The data below holds the lines to copy: everything from the line containing "#219=ORIENTED_EDGE('',*,*,#35,.F.);" to the line containing "#257=ORIENTED_EDGE('',*,*,#245,.T.);", both ends included, set down exactly.

:::::

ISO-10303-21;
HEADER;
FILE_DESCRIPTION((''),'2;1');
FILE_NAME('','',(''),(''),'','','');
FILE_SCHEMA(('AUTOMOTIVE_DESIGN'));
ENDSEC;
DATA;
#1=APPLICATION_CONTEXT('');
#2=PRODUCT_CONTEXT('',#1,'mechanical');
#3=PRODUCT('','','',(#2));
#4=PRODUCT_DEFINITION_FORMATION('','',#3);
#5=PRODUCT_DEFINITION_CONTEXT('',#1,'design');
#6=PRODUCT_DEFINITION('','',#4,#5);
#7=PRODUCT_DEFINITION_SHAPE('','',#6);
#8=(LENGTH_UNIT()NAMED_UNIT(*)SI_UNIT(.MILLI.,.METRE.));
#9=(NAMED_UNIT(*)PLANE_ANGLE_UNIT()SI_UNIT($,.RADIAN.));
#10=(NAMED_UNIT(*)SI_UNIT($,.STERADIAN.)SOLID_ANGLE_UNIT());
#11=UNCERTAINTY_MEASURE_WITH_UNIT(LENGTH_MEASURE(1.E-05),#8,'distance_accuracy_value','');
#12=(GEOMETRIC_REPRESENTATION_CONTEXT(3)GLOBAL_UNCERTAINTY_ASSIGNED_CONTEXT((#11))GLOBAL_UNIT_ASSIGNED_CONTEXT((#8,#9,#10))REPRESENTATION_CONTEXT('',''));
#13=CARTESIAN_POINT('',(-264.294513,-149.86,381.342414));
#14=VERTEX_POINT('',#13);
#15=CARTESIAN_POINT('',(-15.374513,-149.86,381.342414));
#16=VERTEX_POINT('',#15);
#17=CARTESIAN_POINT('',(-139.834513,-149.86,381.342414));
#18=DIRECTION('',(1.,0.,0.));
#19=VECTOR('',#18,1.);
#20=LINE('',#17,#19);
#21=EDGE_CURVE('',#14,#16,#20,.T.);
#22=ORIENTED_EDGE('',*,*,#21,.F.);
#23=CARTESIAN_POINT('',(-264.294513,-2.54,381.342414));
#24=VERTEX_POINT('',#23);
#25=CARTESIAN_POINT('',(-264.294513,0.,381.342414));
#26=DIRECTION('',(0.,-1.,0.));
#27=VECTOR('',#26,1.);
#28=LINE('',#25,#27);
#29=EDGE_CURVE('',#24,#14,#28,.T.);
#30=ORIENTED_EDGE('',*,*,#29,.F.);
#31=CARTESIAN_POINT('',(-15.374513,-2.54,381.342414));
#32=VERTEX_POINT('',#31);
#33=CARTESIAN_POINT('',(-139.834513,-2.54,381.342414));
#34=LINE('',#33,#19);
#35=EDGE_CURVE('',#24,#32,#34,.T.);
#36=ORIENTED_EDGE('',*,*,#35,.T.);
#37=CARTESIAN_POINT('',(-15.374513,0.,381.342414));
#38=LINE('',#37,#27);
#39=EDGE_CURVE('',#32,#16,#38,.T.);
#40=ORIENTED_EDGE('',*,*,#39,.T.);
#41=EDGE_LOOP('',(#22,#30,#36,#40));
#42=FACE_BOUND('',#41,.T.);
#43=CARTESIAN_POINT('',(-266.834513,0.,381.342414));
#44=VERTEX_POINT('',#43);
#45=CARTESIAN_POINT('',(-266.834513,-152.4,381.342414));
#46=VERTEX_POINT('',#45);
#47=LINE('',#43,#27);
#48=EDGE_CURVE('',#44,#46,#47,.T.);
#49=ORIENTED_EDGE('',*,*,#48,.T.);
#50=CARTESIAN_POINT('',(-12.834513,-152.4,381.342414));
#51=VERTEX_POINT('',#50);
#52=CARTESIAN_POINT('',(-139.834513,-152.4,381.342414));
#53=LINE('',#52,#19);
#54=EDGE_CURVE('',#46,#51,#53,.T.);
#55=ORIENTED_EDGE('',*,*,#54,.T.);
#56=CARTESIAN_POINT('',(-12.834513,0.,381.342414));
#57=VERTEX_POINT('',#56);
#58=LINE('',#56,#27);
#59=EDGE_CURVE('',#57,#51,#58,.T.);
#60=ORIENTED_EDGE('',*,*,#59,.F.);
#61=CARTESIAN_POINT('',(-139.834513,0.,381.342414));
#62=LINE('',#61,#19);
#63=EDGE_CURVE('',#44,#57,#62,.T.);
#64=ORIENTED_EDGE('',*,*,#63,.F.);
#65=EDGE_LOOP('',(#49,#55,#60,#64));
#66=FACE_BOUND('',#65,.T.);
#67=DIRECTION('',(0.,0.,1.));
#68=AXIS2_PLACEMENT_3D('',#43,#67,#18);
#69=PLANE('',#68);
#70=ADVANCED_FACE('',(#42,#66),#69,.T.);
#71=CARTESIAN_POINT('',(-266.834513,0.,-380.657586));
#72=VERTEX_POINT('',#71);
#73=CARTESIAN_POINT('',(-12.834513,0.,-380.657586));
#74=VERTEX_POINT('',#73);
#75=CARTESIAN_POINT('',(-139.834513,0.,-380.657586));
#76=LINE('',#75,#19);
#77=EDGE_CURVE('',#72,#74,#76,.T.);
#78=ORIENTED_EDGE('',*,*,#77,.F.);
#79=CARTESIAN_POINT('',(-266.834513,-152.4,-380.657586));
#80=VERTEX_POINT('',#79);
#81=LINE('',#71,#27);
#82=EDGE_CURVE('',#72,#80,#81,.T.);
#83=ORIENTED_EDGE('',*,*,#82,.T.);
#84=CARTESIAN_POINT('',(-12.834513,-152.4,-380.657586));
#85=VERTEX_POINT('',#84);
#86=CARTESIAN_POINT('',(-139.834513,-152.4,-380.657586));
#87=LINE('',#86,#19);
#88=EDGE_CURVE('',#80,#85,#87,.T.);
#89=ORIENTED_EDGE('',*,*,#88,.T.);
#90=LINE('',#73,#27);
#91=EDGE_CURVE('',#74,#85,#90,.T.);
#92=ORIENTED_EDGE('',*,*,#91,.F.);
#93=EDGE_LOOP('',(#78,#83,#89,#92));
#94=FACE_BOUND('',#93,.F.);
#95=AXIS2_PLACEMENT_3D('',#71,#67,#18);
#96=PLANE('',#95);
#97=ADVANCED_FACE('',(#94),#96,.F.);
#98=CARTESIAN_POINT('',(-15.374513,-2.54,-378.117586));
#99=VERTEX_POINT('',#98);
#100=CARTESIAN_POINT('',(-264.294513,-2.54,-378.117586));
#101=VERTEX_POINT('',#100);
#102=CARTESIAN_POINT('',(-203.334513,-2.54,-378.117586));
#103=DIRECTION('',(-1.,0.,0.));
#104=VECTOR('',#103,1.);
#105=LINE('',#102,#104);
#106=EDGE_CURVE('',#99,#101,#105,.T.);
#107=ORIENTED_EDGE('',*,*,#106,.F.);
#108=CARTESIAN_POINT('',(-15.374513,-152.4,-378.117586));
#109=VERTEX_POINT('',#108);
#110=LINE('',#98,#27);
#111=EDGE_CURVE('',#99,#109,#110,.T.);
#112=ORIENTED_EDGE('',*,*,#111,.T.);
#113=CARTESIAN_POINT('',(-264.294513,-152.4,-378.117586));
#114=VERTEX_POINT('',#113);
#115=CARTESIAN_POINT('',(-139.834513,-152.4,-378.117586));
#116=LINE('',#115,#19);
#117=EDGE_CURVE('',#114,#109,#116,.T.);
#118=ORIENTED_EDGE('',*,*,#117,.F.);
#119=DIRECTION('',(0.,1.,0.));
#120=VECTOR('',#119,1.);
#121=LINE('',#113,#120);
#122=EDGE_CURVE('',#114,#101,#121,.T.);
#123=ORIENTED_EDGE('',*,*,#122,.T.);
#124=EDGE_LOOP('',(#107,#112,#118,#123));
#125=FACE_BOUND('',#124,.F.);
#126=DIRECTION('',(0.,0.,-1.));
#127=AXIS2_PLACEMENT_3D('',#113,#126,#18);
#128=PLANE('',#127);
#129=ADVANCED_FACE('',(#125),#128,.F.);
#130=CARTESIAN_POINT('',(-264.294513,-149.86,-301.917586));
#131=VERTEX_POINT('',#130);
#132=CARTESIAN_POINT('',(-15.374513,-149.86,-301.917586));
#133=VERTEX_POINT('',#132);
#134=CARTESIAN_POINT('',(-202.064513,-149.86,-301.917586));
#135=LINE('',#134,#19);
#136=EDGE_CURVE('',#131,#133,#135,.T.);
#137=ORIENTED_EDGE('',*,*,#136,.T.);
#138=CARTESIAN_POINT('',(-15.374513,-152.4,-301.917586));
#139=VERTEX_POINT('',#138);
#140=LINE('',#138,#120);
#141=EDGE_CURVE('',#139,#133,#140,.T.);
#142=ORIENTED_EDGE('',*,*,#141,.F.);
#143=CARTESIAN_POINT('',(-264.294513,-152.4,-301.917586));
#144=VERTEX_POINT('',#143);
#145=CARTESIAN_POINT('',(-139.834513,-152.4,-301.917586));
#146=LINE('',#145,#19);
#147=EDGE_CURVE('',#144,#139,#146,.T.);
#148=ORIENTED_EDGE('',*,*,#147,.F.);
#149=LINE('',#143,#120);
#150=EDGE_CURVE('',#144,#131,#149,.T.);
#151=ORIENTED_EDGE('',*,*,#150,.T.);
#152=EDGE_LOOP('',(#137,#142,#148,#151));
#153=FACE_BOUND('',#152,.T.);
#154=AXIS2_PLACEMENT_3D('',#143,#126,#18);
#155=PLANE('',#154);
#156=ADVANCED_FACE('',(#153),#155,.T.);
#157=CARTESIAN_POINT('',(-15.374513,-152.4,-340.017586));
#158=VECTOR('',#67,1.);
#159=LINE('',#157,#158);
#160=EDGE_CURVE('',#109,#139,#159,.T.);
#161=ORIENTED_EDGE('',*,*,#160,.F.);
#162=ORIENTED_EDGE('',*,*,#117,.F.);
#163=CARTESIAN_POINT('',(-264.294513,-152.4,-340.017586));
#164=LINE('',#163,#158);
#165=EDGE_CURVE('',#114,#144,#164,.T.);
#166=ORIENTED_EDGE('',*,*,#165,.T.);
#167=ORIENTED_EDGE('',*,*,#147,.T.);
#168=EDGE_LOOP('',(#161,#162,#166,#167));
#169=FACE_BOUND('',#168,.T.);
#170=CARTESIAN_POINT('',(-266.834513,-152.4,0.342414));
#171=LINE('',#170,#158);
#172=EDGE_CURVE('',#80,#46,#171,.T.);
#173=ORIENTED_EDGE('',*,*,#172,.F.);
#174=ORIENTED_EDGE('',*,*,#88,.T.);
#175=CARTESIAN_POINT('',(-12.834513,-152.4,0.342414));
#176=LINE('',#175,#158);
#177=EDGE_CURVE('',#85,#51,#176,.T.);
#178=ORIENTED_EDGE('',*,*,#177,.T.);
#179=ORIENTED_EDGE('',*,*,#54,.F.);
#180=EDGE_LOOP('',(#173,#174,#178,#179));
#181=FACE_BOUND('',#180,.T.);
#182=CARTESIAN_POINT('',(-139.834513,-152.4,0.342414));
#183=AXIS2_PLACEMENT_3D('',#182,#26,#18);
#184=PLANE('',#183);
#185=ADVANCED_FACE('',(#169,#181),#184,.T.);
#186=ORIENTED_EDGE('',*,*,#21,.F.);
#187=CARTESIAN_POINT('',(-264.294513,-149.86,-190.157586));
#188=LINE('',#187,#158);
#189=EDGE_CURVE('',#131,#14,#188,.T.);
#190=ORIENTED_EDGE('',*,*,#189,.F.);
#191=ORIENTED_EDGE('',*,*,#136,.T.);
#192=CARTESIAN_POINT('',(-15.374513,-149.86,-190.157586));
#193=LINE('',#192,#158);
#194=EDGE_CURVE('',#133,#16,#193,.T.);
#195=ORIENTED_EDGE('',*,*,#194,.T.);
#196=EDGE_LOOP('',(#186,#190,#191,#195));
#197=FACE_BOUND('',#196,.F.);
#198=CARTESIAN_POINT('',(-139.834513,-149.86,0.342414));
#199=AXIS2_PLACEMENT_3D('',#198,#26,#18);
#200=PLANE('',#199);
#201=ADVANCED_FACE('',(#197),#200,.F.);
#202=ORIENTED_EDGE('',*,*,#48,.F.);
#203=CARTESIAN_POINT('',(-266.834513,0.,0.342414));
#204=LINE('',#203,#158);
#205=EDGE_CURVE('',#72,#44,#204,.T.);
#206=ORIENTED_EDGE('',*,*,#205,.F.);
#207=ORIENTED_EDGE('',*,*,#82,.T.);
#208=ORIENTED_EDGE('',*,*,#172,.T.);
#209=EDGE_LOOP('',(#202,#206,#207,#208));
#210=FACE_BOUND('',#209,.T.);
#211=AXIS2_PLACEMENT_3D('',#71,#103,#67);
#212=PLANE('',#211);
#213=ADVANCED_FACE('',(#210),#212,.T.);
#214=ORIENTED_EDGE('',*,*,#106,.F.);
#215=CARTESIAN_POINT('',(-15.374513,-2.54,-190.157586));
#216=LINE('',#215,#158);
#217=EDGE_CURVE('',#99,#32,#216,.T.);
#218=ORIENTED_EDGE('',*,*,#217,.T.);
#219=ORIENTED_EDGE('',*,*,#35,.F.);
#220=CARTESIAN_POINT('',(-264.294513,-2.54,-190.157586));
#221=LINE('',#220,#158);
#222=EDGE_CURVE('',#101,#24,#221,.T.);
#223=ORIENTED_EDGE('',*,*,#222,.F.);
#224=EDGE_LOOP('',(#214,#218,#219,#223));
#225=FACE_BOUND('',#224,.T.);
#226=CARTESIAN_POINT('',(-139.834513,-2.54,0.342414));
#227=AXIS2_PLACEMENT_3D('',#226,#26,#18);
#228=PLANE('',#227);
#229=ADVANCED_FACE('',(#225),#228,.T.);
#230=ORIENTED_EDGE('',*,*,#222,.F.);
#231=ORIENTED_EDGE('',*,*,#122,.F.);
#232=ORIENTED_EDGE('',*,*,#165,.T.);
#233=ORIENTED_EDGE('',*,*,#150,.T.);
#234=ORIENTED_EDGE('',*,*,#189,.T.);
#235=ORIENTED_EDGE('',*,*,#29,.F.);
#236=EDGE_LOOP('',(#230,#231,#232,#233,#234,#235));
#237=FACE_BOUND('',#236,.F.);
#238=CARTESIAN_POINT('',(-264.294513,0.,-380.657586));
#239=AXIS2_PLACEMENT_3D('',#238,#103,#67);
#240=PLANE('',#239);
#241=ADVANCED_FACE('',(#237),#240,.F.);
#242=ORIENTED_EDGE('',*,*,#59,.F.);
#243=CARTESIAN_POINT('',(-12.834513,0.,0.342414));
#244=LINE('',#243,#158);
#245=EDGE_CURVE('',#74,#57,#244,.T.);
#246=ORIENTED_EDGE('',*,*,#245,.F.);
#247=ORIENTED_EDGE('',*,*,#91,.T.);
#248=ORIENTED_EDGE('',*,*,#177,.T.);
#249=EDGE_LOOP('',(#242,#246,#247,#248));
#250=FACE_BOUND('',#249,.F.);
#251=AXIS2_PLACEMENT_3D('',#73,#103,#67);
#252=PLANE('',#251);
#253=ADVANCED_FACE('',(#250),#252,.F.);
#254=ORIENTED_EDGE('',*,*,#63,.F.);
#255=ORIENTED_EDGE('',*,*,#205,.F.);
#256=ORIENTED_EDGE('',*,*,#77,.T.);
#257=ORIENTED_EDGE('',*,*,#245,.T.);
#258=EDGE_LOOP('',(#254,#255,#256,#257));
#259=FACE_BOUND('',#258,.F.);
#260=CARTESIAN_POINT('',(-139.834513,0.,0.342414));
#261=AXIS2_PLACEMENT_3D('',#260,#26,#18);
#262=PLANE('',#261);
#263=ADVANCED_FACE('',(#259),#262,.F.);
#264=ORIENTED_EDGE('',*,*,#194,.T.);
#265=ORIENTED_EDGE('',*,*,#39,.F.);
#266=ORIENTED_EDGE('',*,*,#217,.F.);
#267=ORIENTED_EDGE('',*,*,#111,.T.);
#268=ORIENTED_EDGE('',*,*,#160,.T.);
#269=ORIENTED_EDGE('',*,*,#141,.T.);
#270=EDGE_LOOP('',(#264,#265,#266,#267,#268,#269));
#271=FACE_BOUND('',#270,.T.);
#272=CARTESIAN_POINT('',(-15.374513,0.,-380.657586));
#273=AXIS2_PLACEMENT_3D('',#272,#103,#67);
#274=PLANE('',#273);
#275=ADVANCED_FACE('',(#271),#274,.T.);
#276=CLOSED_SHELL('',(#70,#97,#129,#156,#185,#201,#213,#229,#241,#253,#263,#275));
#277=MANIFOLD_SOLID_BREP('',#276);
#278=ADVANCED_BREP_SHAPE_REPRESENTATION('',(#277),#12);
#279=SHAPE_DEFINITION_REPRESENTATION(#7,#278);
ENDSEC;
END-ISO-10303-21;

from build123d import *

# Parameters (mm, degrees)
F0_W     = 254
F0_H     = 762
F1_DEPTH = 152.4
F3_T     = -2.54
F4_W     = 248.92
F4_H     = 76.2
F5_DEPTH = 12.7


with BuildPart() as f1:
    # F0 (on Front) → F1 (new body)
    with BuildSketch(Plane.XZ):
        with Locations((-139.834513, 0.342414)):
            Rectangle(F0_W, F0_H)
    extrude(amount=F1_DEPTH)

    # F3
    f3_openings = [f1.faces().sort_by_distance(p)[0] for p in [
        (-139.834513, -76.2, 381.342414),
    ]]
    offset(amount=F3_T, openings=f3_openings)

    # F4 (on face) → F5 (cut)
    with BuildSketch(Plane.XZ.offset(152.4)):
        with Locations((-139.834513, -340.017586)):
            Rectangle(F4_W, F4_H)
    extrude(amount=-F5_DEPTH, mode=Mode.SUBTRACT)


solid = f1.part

:::::

• [ANSWER]:
#219=ORIENTED_EDGE('',*,*,#35,.F.);
#220=CARTESIAN_POINT('',(-264.294513,-2.54,-190.157586));
#221=LINE('',#220,#158);
#222=EDGE_CURVE('',#101,#24,#221,.T.);
#223=ORIENTED_EDGE('',*,*,#222,.F.);
#224=EDGE_LOOP('',(#214,#218,#219,#223));
#225=FACE_BOUND('',#224,.T.);
#226=CARTESIAN_POINT('',(-139.834513,-2.54,0.342414));
#227=AXIS2_PLACEMENT_3D('',#226,#26,#18);
#228=PLANE('',#227);
#229=ADVANCED_FACE('',(#225),#228,.T.);
#230=ORIENTED_EDGE('',*,*,#222,.F.);
#231=ORIENTED_EDGE('',*,*,#122,.F.);
#232=ORIENTED_EDGE('',*,*,#165,.T.);
#233=ORIENTED_EDGE('',*,*,#150,.T.);
#234=ORIENTED_EDGE('',*,*,#189,.T.);
#235=ORIENTED_EDGE('',*,*,#29,.F.);
#236=EDGE_LOOP('',(#230,#231,#232,#233,#234,#235));
#237=FACE_BOUND('',#236,.F.);
#238=CARTESIAN_POINT('',(-264.294513,0.,-380.657586));
#239=AXIS2_PLACEMENT_3D('',#238,#103,#67);
#240=PLANE('',#239);
#241=ADVANCED_FACE('',(#237),#240,.F.);
#242=ORIENTED_EDGE('',*,*,#59,.F.);
#243=CARTESIAN_POINT('',(-12.834513,0.,0.342414));
#244=LINE('',#243,#158);
#245=EDGE_CURVE('',#74,#57,#244,.T.);
#246=ORIENTED_EDGE('',*,*,#245,.F.);
#247=ORIENTED_EDGE('',*,*,#91,.T.);
#248=ORIENTED_EDGE('',*,*,#177,.T.);
#249=EDGE_LOOP('',(#242,#246,#247,#248));
#250=FACE_BOUND('',#249,.F.);
#251=AXIS2_PLACEMENT_3D('',#73,#103,#67);
#252=PLANE('',#251);
#253=ADVANCED_FACE('',(#250),#252,.F.);
#254=ORIENTED_EDGE('',*,*,#63,.F.);
#255=ORIENTED_EDGE('',*,*,#205,.F.);
#256=ORIENTED_EDGE('',*,*,#77,.T.);
#257=ORIENTED_EDGE('',*,*,#245,.T.);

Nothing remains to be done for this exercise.